_Work order_: Find the line with "#164=EDGE_CURVE('',#146,#30,#163,.T.);" in the entries below, then reproduce it and every line after it down to and including the line with "#172=VERTEX_POINT('',#171);", exactly.

_Entries supplied_:

============

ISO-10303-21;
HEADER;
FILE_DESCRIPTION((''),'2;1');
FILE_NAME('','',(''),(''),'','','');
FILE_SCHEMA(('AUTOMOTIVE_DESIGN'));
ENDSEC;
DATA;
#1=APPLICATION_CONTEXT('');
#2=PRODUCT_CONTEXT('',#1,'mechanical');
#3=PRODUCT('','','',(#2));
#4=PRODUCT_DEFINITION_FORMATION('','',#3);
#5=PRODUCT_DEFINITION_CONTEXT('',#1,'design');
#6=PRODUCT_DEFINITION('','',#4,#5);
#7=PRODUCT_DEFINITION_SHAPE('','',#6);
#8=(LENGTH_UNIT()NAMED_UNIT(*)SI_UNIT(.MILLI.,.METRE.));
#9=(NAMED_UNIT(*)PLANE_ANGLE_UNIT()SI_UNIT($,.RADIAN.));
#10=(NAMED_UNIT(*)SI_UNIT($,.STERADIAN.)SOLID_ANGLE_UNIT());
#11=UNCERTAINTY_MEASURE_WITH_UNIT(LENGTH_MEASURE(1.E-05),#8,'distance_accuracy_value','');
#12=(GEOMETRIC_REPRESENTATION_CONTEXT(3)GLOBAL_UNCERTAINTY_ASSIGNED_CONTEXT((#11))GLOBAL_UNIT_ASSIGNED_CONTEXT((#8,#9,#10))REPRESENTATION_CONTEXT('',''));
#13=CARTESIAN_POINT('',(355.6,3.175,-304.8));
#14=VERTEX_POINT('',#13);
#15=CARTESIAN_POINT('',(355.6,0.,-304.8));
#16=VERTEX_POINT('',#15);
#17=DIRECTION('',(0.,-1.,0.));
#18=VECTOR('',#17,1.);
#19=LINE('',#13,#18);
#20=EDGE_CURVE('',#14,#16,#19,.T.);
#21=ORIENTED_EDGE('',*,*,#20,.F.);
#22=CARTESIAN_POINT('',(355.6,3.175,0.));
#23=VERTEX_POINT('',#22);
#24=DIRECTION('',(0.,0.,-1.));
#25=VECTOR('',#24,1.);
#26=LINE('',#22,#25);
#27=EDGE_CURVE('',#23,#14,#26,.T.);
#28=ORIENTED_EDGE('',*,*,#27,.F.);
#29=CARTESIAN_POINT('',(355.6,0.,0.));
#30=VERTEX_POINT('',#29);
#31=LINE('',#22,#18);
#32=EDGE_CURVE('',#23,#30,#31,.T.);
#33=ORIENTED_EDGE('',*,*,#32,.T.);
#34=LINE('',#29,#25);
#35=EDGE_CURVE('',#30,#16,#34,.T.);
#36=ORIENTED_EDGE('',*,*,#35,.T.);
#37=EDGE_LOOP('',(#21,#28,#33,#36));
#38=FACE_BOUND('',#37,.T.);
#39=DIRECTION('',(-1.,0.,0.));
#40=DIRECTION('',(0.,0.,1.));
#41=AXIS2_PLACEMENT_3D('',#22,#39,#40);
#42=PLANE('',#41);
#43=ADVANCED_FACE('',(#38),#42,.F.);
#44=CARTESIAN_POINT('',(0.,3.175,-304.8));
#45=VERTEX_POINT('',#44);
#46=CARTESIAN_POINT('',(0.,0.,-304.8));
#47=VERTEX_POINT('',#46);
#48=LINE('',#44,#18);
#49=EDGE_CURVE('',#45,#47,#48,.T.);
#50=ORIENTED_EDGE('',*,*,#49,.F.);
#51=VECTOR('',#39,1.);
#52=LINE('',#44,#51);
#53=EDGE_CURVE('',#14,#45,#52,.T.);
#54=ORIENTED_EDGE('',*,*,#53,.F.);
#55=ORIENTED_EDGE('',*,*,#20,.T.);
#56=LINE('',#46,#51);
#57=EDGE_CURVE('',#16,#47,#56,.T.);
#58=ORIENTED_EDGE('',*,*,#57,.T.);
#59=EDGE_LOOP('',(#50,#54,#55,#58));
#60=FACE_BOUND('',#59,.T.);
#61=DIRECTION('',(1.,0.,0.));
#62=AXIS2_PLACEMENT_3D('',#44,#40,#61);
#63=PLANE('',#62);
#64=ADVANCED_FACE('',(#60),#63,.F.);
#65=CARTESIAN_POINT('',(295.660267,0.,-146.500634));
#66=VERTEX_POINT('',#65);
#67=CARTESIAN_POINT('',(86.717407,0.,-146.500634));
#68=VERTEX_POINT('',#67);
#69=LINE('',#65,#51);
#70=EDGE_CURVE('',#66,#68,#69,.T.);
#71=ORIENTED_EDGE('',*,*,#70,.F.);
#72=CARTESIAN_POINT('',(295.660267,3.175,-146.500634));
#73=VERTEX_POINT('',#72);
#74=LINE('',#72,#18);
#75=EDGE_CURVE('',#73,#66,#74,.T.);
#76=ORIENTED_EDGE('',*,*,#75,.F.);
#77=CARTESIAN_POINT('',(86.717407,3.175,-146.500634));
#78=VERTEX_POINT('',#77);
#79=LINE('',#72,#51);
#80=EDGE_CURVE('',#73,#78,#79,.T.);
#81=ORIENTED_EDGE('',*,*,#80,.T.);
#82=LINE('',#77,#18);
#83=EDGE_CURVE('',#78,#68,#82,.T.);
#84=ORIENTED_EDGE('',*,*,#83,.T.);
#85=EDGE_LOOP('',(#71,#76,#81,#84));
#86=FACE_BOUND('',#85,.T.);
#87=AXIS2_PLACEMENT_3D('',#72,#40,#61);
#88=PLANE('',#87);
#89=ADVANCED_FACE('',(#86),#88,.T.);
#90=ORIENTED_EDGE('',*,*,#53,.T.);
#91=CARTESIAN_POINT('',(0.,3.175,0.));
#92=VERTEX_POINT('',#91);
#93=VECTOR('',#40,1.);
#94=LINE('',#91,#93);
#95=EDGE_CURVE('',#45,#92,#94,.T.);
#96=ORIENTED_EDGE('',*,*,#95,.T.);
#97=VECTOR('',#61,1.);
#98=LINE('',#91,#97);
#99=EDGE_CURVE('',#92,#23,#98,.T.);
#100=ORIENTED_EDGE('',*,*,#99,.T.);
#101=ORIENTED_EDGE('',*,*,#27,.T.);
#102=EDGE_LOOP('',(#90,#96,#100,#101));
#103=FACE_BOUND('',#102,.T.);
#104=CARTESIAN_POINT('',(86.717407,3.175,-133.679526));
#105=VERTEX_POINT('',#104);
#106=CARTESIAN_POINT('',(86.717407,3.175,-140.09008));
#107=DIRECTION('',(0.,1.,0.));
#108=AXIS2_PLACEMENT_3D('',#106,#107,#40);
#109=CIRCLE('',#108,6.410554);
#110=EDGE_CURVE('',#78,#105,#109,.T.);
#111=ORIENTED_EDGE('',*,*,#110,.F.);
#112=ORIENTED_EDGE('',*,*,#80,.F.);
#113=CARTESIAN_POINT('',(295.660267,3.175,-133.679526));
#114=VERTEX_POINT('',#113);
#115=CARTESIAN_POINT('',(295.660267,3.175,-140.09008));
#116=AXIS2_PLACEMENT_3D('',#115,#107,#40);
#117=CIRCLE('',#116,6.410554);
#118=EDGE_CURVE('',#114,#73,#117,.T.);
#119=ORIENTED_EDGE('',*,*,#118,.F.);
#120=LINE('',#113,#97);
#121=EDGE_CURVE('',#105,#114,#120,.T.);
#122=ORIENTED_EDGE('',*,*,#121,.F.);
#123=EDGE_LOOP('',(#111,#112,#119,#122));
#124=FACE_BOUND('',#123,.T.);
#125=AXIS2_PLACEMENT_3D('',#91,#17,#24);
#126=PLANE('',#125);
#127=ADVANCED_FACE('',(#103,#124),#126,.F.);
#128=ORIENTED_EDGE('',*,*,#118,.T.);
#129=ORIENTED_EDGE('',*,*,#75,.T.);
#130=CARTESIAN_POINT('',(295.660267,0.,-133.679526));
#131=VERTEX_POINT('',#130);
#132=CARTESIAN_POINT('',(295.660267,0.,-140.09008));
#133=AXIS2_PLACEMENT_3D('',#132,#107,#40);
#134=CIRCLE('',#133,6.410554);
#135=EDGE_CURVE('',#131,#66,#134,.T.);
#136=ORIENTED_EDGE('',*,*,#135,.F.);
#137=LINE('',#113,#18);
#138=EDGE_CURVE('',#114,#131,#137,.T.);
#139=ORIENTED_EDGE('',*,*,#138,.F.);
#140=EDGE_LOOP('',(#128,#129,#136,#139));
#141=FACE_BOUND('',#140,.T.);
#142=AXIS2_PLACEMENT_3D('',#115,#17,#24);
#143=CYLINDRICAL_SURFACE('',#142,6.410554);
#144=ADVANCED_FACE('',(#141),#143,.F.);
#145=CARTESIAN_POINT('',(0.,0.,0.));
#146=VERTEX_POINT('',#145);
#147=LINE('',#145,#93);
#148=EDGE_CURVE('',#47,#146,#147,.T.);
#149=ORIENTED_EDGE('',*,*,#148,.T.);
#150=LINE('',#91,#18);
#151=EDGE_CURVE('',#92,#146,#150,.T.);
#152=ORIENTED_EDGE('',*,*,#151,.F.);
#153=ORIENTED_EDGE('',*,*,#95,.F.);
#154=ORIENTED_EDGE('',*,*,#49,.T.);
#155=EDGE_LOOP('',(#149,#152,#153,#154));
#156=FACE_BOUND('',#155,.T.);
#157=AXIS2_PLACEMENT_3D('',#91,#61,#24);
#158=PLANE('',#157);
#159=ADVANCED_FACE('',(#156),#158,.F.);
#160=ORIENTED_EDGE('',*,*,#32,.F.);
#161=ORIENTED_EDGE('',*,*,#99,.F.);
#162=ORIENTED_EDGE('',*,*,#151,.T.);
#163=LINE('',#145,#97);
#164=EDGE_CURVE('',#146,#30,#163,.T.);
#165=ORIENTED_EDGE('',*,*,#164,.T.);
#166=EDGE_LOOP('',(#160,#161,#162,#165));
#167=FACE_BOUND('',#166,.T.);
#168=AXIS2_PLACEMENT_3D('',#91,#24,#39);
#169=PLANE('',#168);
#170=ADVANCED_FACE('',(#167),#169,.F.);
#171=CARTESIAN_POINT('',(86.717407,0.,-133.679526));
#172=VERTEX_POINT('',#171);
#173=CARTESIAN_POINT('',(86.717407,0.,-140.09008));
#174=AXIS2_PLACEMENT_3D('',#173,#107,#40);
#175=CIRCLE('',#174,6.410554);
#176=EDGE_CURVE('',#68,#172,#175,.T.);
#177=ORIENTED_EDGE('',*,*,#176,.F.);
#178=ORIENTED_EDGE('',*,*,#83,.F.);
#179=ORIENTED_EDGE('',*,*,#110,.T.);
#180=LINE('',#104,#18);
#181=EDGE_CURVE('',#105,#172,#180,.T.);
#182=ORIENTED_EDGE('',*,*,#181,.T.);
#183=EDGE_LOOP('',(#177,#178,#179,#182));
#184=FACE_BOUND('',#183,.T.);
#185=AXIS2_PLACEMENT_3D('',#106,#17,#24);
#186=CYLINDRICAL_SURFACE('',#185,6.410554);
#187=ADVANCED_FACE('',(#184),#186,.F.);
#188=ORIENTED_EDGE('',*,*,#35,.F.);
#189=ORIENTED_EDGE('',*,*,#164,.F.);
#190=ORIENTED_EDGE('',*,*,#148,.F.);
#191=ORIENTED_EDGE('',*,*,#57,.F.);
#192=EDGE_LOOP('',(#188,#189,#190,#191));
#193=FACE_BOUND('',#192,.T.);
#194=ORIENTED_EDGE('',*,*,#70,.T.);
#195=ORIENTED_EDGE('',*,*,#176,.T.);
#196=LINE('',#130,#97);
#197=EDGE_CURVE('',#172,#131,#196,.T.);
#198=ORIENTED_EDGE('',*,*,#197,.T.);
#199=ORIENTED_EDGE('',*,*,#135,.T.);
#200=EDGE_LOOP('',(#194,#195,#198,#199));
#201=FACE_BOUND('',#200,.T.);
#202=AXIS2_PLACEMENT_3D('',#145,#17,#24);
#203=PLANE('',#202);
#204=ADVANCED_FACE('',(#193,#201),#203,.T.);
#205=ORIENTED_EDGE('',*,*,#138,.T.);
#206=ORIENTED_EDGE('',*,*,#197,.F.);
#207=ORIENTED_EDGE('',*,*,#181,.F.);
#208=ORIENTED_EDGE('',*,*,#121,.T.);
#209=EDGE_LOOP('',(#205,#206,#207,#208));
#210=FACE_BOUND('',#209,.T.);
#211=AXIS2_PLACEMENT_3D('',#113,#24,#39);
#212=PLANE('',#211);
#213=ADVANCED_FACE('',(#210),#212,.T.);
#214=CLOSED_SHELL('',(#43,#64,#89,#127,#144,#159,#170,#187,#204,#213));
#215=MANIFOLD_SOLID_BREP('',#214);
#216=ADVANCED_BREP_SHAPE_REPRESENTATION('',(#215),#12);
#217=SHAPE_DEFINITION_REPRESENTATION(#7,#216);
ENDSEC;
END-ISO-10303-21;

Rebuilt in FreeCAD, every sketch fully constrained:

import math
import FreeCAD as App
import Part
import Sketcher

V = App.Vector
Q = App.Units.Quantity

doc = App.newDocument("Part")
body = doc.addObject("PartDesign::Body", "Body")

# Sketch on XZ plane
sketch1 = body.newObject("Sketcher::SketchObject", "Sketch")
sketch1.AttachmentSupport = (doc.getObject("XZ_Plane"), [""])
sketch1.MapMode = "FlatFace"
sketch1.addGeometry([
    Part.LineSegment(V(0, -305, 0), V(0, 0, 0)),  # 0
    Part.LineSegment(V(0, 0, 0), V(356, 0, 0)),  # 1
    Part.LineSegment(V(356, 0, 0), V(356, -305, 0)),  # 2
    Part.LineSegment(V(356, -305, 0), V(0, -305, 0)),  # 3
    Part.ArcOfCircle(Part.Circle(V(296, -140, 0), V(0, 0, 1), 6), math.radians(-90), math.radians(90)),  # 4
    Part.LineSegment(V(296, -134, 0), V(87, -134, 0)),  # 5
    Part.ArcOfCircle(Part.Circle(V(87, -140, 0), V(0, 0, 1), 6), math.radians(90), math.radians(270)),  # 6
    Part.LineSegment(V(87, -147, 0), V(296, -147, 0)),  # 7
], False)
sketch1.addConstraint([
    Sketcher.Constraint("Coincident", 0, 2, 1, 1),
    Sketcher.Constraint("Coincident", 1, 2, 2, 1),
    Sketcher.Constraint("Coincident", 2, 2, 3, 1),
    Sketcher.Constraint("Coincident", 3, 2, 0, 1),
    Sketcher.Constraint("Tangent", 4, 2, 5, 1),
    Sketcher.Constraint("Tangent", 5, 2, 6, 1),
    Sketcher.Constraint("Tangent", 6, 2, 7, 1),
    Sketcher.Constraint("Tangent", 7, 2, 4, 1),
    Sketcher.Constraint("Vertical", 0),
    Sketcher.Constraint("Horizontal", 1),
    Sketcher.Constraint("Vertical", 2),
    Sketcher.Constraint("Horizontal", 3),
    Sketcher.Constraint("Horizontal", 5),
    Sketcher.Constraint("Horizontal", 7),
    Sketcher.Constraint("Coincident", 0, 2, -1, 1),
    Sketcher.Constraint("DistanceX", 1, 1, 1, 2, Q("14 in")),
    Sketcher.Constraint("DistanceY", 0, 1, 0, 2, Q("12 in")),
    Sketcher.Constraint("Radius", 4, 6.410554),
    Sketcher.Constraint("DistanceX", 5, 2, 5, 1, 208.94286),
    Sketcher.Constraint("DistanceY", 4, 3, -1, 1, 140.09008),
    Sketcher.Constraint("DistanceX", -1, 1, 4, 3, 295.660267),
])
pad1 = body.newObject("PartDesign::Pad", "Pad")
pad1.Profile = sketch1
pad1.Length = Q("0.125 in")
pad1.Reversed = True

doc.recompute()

============

_Solution_:
#164=EDGE_CURVE('',#146,#30,#163,.T.);
#165=ORIENTED_EDGE('',*,*,#164,.T.);
#166=EDGE_LOOP('',(#160,#161,#162,#165));
#167=FACE_BOUND('',#166,.T.);
#168=AXIS2_PLACEMENT_3D('',#91,#24,#39);
#169=PLANE('',#168);
#170=ADVANCED_FACE('',(#167),#169,.F.);
#171=CARTESIAN_POINT('',(86.717407,0.,-133.679526));
#172=VERTEX_POINT('',#171);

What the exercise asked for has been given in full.